=== Stored items ===
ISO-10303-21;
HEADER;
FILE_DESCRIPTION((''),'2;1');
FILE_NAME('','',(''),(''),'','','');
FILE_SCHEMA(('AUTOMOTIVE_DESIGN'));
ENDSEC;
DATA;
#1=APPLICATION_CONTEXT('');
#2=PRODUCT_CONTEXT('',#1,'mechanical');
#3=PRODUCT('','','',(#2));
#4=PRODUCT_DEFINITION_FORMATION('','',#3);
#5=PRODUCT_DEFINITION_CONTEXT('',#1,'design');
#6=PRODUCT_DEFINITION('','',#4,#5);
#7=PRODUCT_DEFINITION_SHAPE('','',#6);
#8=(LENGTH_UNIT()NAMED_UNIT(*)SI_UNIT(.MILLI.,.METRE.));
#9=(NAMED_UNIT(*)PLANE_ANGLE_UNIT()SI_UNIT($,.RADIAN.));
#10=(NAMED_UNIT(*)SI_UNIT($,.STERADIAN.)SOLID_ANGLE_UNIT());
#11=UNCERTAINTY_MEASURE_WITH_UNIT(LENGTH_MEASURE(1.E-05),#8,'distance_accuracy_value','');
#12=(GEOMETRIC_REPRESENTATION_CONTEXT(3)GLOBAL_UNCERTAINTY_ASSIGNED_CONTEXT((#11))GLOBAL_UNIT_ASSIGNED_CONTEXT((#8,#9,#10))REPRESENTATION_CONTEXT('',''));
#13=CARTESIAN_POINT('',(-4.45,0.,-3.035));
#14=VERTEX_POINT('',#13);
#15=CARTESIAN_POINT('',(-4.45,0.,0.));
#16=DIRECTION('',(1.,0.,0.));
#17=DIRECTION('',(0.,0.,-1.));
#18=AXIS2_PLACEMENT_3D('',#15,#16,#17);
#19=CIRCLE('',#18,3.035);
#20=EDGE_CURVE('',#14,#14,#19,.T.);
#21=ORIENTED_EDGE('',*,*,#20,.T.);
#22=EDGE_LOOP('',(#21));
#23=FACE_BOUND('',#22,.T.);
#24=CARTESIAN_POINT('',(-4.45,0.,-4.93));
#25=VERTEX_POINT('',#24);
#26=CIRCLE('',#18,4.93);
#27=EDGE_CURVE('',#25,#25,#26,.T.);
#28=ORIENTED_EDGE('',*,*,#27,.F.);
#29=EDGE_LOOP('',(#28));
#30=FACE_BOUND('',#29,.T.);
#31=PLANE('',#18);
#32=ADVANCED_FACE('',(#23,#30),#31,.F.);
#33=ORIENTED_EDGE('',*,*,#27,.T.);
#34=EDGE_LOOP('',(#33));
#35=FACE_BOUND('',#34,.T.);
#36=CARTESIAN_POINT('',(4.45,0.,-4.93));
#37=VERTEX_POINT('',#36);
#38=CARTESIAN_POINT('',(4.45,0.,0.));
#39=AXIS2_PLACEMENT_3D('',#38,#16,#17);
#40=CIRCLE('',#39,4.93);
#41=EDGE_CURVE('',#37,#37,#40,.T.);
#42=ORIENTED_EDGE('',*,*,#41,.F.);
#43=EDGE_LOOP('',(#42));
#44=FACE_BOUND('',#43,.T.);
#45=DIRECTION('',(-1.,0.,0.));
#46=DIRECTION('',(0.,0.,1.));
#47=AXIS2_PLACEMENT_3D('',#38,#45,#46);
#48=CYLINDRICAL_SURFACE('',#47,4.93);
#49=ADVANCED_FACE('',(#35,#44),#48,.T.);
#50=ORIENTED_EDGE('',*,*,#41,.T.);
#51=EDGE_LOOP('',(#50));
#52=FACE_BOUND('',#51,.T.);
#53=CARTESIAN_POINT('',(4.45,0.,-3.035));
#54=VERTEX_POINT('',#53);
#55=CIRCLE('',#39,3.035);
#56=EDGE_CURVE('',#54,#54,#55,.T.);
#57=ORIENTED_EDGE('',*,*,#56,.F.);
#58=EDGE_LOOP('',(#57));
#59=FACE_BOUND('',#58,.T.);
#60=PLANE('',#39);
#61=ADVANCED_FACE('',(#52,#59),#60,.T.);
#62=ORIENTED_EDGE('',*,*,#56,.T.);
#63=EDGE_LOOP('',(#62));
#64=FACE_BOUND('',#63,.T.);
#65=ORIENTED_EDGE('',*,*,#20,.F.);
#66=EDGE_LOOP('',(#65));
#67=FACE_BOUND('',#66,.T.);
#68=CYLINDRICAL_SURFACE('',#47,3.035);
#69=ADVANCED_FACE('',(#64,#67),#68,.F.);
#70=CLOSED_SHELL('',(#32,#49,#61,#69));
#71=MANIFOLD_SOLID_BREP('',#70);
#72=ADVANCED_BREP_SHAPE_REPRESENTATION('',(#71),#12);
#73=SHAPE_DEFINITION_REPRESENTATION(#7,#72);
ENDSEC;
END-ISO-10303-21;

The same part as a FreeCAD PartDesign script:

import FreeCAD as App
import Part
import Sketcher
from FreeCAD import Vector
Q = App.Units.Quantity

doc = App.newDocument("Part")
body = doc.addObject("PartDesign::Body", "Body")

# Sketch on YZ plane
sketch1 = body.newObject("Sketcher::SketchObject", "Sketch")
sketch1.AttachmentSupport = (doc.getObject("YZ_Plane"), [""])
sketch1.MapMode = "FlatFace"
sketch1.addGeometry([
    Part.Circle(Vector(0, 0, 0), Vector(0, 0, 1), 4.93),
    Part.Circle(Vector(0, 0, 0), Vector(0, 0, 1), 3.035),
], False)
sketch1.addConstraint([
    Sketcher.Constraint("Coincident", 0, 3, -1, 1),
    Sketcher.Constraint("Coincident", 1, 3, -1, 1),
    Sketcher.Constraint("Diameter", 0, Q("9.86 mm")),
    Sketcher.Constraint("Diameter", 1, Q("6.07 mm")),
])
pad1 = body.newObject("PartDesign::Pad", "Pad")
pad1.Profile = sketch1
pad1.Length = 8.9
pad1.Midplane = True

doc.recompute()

=== WHAT THE TASK ASKS ===
Your answer should consist only of the lines above between the line holding "#60=PLANE('',#39);" and the line holding "#70=CLOSED_SHELL('',(#32,#49,#61,#69));", inclusive, each transcribed exactly.

=== ANSWER FOR THIS EXERCISE ===
#60=PLANE('',#39);
#61=ADVANCED_FACE('',(#52,#59),#60,.T.);
#62=ORIENTED_EDGE('',*,*,#56,.T.);
#63=EDGE_LOOP('',(#62));
#64=FACE_BOUND('',#63,.T.);
#65=ORIENTED_EDGE('',*,*,#20,.F.);
#66=EDGE_LOOP('',(#65));
#67=FACE_BOUND('',#66,.T.);
#68=CYLINDRICAL_SURFACE('',#47,3.035);
#69=ADVANCED_FACE('',(#64,#67),#68,.F.);
#70=CLOSED_SHELL('',(#32,#49,#61,#69));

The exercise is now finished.